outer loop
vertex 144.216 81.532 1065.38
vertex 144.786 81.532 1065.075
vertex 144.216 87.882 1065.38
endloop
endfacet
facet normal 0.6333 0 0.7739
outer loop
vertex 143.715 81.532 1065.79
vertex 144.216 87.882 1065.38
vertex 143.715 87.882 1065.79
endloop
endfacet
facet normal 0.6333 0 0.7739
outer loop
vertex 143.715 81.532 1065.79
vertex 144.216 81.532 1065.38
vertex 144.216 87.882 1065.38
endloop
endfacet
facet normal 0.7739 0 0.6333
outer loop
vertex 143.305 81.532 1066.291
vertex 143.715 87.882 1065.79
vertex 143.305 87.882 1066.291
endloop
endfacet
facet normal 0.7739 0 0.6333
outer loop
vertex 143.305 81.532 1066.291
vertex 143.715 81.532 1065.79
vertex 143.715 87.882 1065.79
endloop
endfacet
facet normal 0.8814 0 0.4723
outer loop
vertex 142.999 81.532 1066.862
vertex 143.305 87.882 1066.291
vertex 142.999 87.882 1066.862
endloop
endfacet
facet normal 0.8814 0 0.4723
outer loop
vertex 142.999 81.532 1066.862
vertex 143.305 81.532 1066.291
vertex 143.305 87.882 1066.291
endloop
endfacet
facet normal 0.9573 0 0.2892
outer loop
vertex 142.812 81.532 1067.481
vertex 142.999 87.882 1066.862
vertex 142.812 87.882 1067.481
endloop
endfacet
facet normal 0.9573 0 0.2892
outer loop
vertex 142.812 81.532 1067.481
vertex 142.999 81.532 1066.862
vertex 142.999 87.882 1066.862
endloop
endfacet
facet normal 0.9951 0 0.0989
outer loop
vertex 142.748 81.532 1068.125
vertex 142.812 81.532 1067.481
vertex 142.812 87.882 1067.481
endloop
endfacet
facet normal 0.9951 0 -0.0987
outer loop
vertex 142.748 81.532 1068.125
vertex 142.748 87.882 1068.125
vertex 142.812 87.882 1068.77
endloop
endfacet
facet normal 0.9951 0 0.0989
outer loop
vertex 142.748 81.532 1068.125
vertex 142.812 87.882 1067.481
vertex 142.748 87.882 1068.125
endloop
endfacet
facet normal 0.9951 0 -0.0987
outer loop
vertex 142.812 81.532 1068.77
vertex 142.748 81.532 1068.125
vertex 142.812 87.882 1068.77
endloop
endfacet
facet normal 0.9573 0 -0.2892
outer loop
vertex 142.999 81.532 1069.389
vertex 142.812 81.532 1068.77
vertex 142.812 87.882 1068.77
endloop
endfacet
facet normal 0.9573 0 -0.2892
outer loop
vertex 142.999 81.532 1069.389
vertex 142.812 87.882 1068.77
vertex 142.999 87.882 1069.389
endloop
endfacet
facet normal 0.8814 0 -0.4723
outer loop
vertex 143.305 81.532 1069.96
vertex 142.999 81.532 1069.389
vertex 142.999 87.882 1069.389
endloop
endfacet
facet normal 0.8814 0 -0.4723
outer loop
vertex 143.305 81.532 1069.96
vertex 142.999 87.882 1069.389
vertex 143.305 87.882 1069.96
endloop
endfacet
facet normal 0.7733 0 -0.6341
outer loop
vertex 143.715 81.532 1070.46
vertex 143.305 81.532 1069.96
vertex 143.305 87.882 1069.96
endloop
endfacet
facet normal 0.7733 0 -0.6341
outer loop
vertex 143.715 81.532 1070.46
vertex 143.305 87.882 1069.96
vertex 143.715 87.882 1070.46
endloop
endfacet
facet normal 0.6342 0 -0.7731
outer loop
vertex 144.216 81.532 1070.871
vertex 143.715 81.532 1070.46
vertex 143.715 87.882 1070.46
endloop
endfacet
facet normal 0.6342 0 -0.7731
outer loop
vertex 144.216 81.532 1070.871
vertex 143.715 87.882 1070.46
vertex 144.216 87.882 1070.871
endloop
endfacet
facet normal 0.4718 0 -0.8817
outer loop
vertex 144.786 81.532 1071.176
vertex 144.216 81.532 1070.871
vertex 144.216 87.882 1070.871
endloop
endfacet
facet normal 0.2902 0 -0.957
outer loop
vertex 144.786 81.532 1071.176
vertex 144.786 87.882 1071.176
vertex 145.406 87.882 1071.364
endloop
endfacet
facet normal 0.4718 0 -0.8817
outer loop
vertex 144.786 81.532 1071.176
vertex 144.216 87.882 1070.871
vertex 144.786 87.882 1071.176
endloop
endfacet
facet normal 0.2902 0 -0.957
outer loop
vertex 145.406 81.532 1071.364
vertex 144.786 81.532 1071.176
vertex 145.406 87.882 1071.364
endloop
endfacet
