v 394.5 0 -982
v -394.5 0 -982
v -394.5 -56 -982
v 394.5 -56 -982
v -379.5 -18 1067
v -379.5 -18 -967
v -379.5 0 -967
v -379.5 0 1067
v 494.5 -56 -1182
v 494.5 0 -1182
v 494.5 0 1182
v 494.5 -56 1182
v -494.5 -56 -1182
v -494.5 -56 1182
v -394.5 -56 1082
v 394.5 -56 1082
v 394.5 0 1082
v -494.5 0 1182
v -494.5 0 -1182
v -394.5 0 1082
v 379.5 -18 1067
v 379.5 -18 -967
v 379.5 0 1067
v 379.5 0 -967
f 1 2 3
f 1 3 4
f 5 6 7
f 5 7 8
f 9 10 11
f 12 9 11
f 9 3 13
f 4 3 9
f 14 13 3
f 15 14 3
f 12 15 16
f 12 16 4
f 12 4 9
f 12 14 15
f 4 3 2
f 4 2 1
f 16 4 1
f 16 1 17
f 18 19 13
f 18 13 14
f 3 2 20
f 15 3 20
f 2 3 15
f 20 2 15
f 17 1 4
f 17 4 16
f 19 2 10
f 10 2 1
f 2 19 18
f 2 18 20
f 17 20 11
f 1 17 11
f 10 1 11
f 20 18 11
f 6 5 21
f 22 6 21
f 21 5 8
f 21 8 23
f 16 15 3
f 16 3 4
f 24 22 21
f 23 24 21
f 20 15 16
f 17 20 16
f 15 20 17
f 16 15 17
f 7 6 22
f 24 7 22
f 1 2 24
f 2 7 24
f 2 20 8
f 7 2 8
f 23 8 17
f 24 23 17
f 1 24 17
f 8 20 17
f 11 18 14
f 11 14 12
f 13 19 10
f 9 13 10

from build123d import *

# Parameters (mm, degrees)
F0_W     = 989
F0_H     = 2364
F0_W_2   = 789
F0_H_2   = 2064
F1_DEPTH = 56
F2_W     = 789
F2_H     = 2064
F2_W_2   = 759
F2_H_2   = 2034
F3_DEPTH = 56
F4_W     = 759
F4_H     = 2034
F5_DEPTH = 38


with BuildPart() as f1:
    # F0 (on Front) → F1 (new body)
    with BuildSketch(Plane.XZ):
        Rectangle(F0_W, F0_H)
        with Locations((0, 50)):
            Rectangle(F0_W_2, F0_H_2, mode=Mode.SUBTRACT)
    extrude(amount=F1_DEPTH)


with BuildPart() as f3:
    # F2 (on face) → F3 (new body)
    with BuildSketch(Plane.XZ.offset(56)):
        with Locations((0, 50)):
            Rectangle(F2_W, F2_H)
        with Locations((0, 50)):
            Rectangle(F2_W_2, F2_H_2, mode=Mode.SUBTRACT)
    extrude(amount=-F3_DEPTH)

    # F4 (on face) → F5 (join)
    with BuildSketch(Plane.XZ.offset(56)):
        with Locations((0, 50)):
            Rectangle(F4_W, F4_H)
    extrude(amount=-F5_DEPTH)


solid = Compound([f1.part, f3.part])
--------------------
• [Problem to work on]: Please restate every line of the records exactly.

• [Output of the exercise]:
outer loop
vertex 144.216 81.532 1065.38
vertex 144.786 81.532 1065.075
vertex 144.216 87.882 1065.38
endloop
endfacet
facet normal 0.6333 0 0.7739
outer loop
vertex 143.715 81.532 1065.79
vertex 144.216 87.882 1065.38
vertex 143.715 87.882 1065.79
endloop
endfacet
facet normal 0.6333 0 0.7739
outer loop
vertex 143.715 81.532 1065.79
vertex 144.216 81.532 1065.38
vertex 144.216 87.882 1065.38
endloop
endfacet
facet normal 0.7739 0 0.6333
outer loop
vertex 143.305 81.532 1066.291
vertex 143.715 87.882 1065.79
vertex 143.305 87.882 1066.291
endloop
endfacet
facet normal 0.7739 0 0.6333
outer loop
vertex 143.305 81.532 1066.291
vertex 143.715 81.532 1065.79
vertex 143.715 87.882 1065.79
endloop
endfacet
facet normal 0.8814 0 0.4723
outer loop
vertex 142.999 81.532 1066.862
vertex 143.305 87.882 1066.291
vertex 142.999 87.882 1066.862
endloop
endfacet
facet normal 0.8814 0 0.4723
outer loop
vertex 142.999 81.532 1066.862
vertex 143.305 81.532 1066.291
vertex 143.305 87.882 1066.291
endloop
endfacet
facet normal 0.9573 0 0.2892
outer loop
vertex 142.812 81.532 1067.481
vertex 142.999 87.882 1066.862
vertex 142.812 87.882 1067.481
endloop
endfacet
facet normal 0.9573 0 0.2892
outer loop
vertex 142.812 81.532 1067.481
vertex 142.999 81.532 1066.862
vertex 142.999 87.882 1066.862
endloop
endfacet
facet normal 0.9951 0 0.0989
outer loop
vertex 142.748 81.532 1068.125
vertex 142.812 81.532 1067.481
vertex 142.812 87.882 1067.481
endloop
endfacet
facet normal 0.9951 0 -0.0987
outer loop
vertex 142.748 81.532 1068.125
vertex 142.748 87.882 1068.125
vertex 142.812 87.882 1068.77
endloop
endfacet
facet normal 0.9951 0 0.0989
outer loop
vertex 142.748 81.532 1068.125
vertex 142.812 87.882 1067.481
vertex 142.748 87.882 1068.125
endloop
endfacet
facet normal 0.9951 0 -0.0987
outer loop
vertex 142.812 81.532 1068.77
vertex 142.748 81.532 1068.125
vertex 142.812 87.882 1068.77
endloop
endfacet
facet normal 0.9573 0 -0.2892
outer loop
vertex 142.999 81.532 1069.389
vertex 142.812 81.532 1068.77
vertex 142.812 87.882 1068.77
endloop
endfacet
facet normal 0.9573 0 -0.2892
outer loop
vertex 142.999 81.532 1069.389
vertex 142.812 87.882 1068.77
vertex 142.999 87.882 1069.389
endloop
endfacet
facet normal 0.8814 0 -0.4723
outer loop
vertex 143.305 81.532 1069.96
vertex 142.999 81.532 1069.389
vertex 142.999 87.882 1069.389
endloop
endfacet
facet normal 0.8814 0 -0.4723
outer loop
vertex 143.305 81.532 1069.96
vertex 142.999 87.882 1069.389
vertex 143.305 87.882 1069.96
endloop
endfacet
facet normal 0.7733 0 -0.6341
outer loop
vertex 143.715 81.532 1070.46
vertex 143.305 81.532 1069.96
vertex 143.305 87.882 1069.96
endloop
endfacet
facet normal 0.7733 0 -0.6341
outer loop
vertex 143.715 81.532 1070.46
vertex 143.305 87.882 1069.96
vertex 143.715 87.882 1070.46
endloop
endfacet
facet normal 0.6342 0 -0.7731
outer loop
vertex 144.216 81.532 1070.871
vertex 143.715 81.532 1070.46
vertex 143.715 87.882 1070.46
endloop
endfacet
facet normal 0.6342 0 -0.7731
outer loop
vertex 144.216 81.532 1070.871
vertex 143.715 87.882 1070.46
vertex 144.216 87.882 1070.871
endloop
endfacet
facet normal 0.4718 0 -0.8817
outer loop
vertex 144.786 81.532 1071.176
vertex 144.216 81.532 1070.871
vertex 144.216 87.882 1070.871
endloop
endfacet
facet normal 0.2902 0 -0.957
outer loop
vertex 144.786 81.532 1071.176
vertex 144.786 87.882 1071.176
vertex 145.406 87.882 1071.364
endloop
endfacet
facet normal 0.4718 0 -0.8817
outer loop
vertex 144.786 81.532 1071.176
vertex 144.216 87.882 1070.871
vertex 144.786 87.882 1071.176
endloop
endfacet
facet normal 0.2902 0 -0.957
outer loop
vertex 145.406 81.532 1071.364
vertex 144.786 81.532 1071.176
vertex 145.406 87.882 1071.364
endloop
endfacet
v 394.5 0 -982
v -394.5 0 -982
v -394.5 -56 -982
v 394.5 -56 -982
v -379.5 -18 1067
v -379.5 -18 -967
v -379.5 0 -967
v -379.5 0 1067
v 494.5 -56 -1182
v 494.5 0 -1182
v 494.5 0 1182
v 494.5 -56 1182
v -494.5 -56 -1182
v -494.5 -56 1182
v -394.5 -56 1082
v 394.5 -56 1082
v 394.5 0 1082
v -494.5 0 1182
v -494.5 0 -1182
v -394.5 0 1082
v 379.5 -18 1067
v 379.5 -18 -967
v 379.5 0 1067
v 379.5 0 -967
f 1 2 3
f 1 3 4
f 5 6 7
f 5 7 8
f 9 10 11
f 12 9 11
f 9 3 13
f 4 3 9
f 14 13 3
f 15 14 3
f 12 15 16
f 12 16 4
f 12 4 9
f 12 14 15
f 4 3 2
f 4 2 1
f 16 4 1
f 16 1 17
f 18 19 13
f 18 13 14
f 3 2 20
f 15 3 20
f 2 3 15
f 20 2 15
f 17 1 4
f 17 4 16
f 19 2 10
f 10 2 1
f 2 19 18
f 2 18 20
f 17 20 11
f 1 17 11
f 10 1 11
f 20 18 11
f 6 5 21
f 22 6 21
f 21 5 8
f 21 8 23
f 16 15 3
f 16 3 4
f 24 22 21
f 23 24 21
f 20 15 16
f 17 20 16
f 15 20 17
f 16 15 17
f 7 6 22
f 24 7 22
f 1 2 24
f 2 7 24
f 2 20 8
f 7 2 8
f 23 8 17
f 24 23 17
f 1 24 17
f 8 20 17
f 11 18 14
f 11 14 12
f 13 19 10
f 9 13 10

from build123d import *

# Parameters (mm, degrees)
F0_W     = 989
F0_H     = 2364
F0_W_2   = 789
F0_H_2   = 2064
F1_DEPTH = 56
F2_W     = 789
F2_H     = 2064
F2_W_2   = 759
F2_H_2   = 2034
F3_DEPTH = 56
F4_W     = 759
F4_H     = 2034
F5_DEPTH = 38


with BuildPart() as f1:
    # F0 (on Front) → F1 (new body)
    with BuildSketch(Plane.XZ):
        Rectangle(F0_W, F0_H)
        with Locations((0, 50)):
            Rectangle(F0_W_2, F0_H_2, mode=Mode.SUBTRACT)
    extrude(amount=F1_DEPTH)


with BuildPart() as f3:
    # F2 (on face) → F3 (new body)
    with BuildSketch(Plane.XZ.offset(56)):
        with Locations((0, 50)):
            Rectangle(F2_W, F2_H)
        with Locations((0, 50)):
            Rectangle(F2_W_2, F2_H_2, mode=Mode.SUBTRACT)
    extrude(amount=-F3_DEPTH)

    # F4 (on face) → F5 (join)
    with BuildSketch(Plane.XZ.offset(56)):
        with Locations((0, 50)):
            Rectangle(F4_W, F4_H)
    extrude(amount=-F5_DEPTH)


solid = Compound([f1.part, f3.part])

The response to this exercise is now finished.